Source material:
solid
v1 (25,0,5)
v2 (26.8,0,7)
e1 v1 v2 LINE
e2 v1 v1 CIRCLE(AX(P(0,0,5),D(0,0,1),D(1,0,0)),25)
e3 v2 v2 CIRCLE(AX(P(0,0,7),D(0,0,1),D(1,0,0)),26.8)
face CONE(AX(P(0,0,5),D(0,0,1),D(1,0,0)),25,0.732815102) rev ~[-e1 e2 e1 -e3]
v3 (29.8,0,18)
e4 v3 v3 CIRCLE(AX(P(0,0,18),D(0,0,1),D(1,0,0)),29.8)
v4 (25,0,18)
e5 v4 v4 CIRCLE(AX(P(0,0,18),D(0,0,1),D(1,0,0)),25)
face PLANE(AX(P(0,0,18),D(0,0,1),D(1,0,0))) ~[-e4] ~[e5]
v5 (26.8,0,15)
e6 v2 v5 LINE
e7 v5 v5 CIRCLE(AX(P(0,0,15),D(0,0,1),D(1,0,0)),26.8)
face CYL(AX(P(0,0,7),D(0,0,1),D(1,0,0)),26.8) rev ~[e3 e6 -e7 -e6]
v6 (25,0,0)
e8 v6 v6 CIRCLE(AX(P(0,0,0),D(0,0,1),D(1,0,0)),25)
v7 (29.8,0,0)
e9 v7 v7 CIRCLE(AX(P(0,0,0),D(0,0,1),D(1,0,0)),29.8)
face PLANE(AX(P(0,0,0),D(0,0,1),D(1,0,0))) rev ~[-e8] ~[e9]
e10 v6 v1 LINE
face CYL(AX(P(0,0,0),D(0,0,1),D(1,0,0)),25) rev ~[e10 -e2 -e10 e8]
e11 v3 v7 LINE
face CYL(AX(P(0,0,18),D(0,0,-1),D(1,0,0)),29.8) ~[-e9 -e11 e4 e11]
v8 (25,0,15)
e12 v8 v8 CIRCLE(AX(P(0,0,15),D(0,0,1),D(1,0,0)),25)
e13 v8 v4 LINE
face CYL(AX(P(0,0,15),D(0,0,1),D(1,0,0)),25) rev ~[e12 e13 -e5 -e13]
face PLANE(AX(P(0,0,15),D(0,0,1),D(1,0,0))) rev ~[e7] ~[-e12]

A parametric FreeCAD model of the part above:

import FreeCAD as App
import Part
import Sketcher

V = App.Vector


def add_polygon(sketch, points):
    """Adds a closed chain of lines whose ends are joined by coincident constraints."""
    first, n = sketch.GeometryCount, len(points)
    for a, b in zip(points, points[1:] + points[:1]):
        sketch.addGeometry(Part.LineSegment(App.Vector(*a, 0), App.Vector(*b, 0)), False)
    for i in range(n):
        sketch.addConstraint(Sketcher.Constraint("Coincident", first + i, 2, first + (i + 1) % n, 1))

doc = App.newDocument("Part")
body = doc.addObject("PartDesign::Body", "Body")

# Sketch on XZ plane
sketch1 = body.newObject("Sketcher::SketchObject", "Sketch")
sketch1.AttachmentSupport = (doc.getObject("XZ_Plane"), [""])
sketch1.MapMode = "FlatFace"
add_polygon(sketch1, [(25, 5), (25, 0), (29.8, 0), (29.8, 18), (25, 18), (25, 15), (26.8, 15), (26.8, 7)])  # lines 0-7
sketch1.addConstraint(Sketcher.Constraint("Vertical", 0))
sketch1.addConstraint(Sketcher.Constraint("Horizontal", 1))
sketch1.addConstraint(Sketcher.Constraint("Vertical", 2))
sketch1.addConstraint(Sketcher.Constraint("Horizontal", 3))
sketch1.addConstraint(Sketcher.Constraint("Vertical", 4))
sketch1.addConstraint(Sketcher.Constraint("Horizontal", 5))
sketch1.addConstraint(Sketcher.Constraint("Vertical", 6))
sketch1.addConstraint(Sketcher.Constraint("PointOnObject", 0, 2, -1))
sketch1.addConstraint(Sketcher.Constraint("Vertical", 0, 2, 3, 2))
sketch1.addConstraint(Sketcher.Constraint("DistanceY", 0, 2, 0, 1, 5.0))
sketch1.addConstraint(Sketcher.Constraint("DistanceY", 2, 1, 2, 2, 18.0))
sketch1.addConstraint(Sketcher.Constraint("DistanceY", 4, 2, 4, 1, 3.0))
sketch1.addConstraint(Sketcher.Constraint("DistanceY", 6, 2, 6, 1, 8.0))
sketch1.addConstraint(Sketcher.Constraint("DistanceX", 1, 1, 1, 2, 4.8))
sketch1.addConstraint(Sketcher.Constraint("DistanceX", 5, 1, 5, 2, 1.8))
sketch1.addConstraint(Sketcher.Constraint("DistanceX", -1, 1, 0, 2, 25.0))
revolution = body.newObject("PartDesign::Revolution", "Revolution")
revolution.Profile = sketch1
revolution.ReferenceAxis = (sketch1, ["V_Axis"])
revolution.Angle = 360

doc.recompute()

Task instructions:
Scan the lines above for "v5 (26.8,0,15)" and for "A parametric FreeCAD". Repeat exactly the line holding each of them and every line in between.

Written response:
v5 (26.8,0,15)
e6 v2 v5 LINE
e7 v5 v5 CIRCLE(AX(P(0,0,15),D(0,0,1),D(1,0,0)),26.8)
face CYL(AX(P(0,0,7),D(0,0,1),D(1,0,0)),26.8) rev ~[e3 e6 -e7 -e6]
v6 (25,0,0)
e8 v6 v6 CIRCLE(AX(P(0,0,0),D(0,0,1),D(1,0,0)),25)
v7 (29.8,0,0)
e9 v7 v7 CIRCLE(AX(P(0,0,0),D(0,0,1),D(1,0,0)),29.8)
face PLANE(AX(P(0,0,0),D(0,0,1),D(1,0,0))) rev ~[-e8] ~[e9]
e10 v6 v1 LINE
face CYL(AX(P(0,0,0),D(0,0,1),D(1,0,0)),25) rev ~[e10 -e2 -e10 e8]
e11 v3 v7 LINE
face CYL(AX(P(0,0,18),D(0,0,-1),D(1,0,0)),29.8) ~[-e9 -e11 e4 e11]
v8 (25,0,15)
e12 v8 v8 CIRCLE(AX(P(0,0,15),D(0,0,1),D(1,0,0)),25)
e13 v8 v4 LINE
face CYL(AX(P(0,0,15),D(0,0,1),D(1,0,0)),25) rev ~[e12 e13 -e5 -e13]
face PLANE(AX(P(0,0,15),D(0,0,1),D(1,0,0))) rev ~[e7] ~[-e12]

A parametric FreeCAD model of the part above:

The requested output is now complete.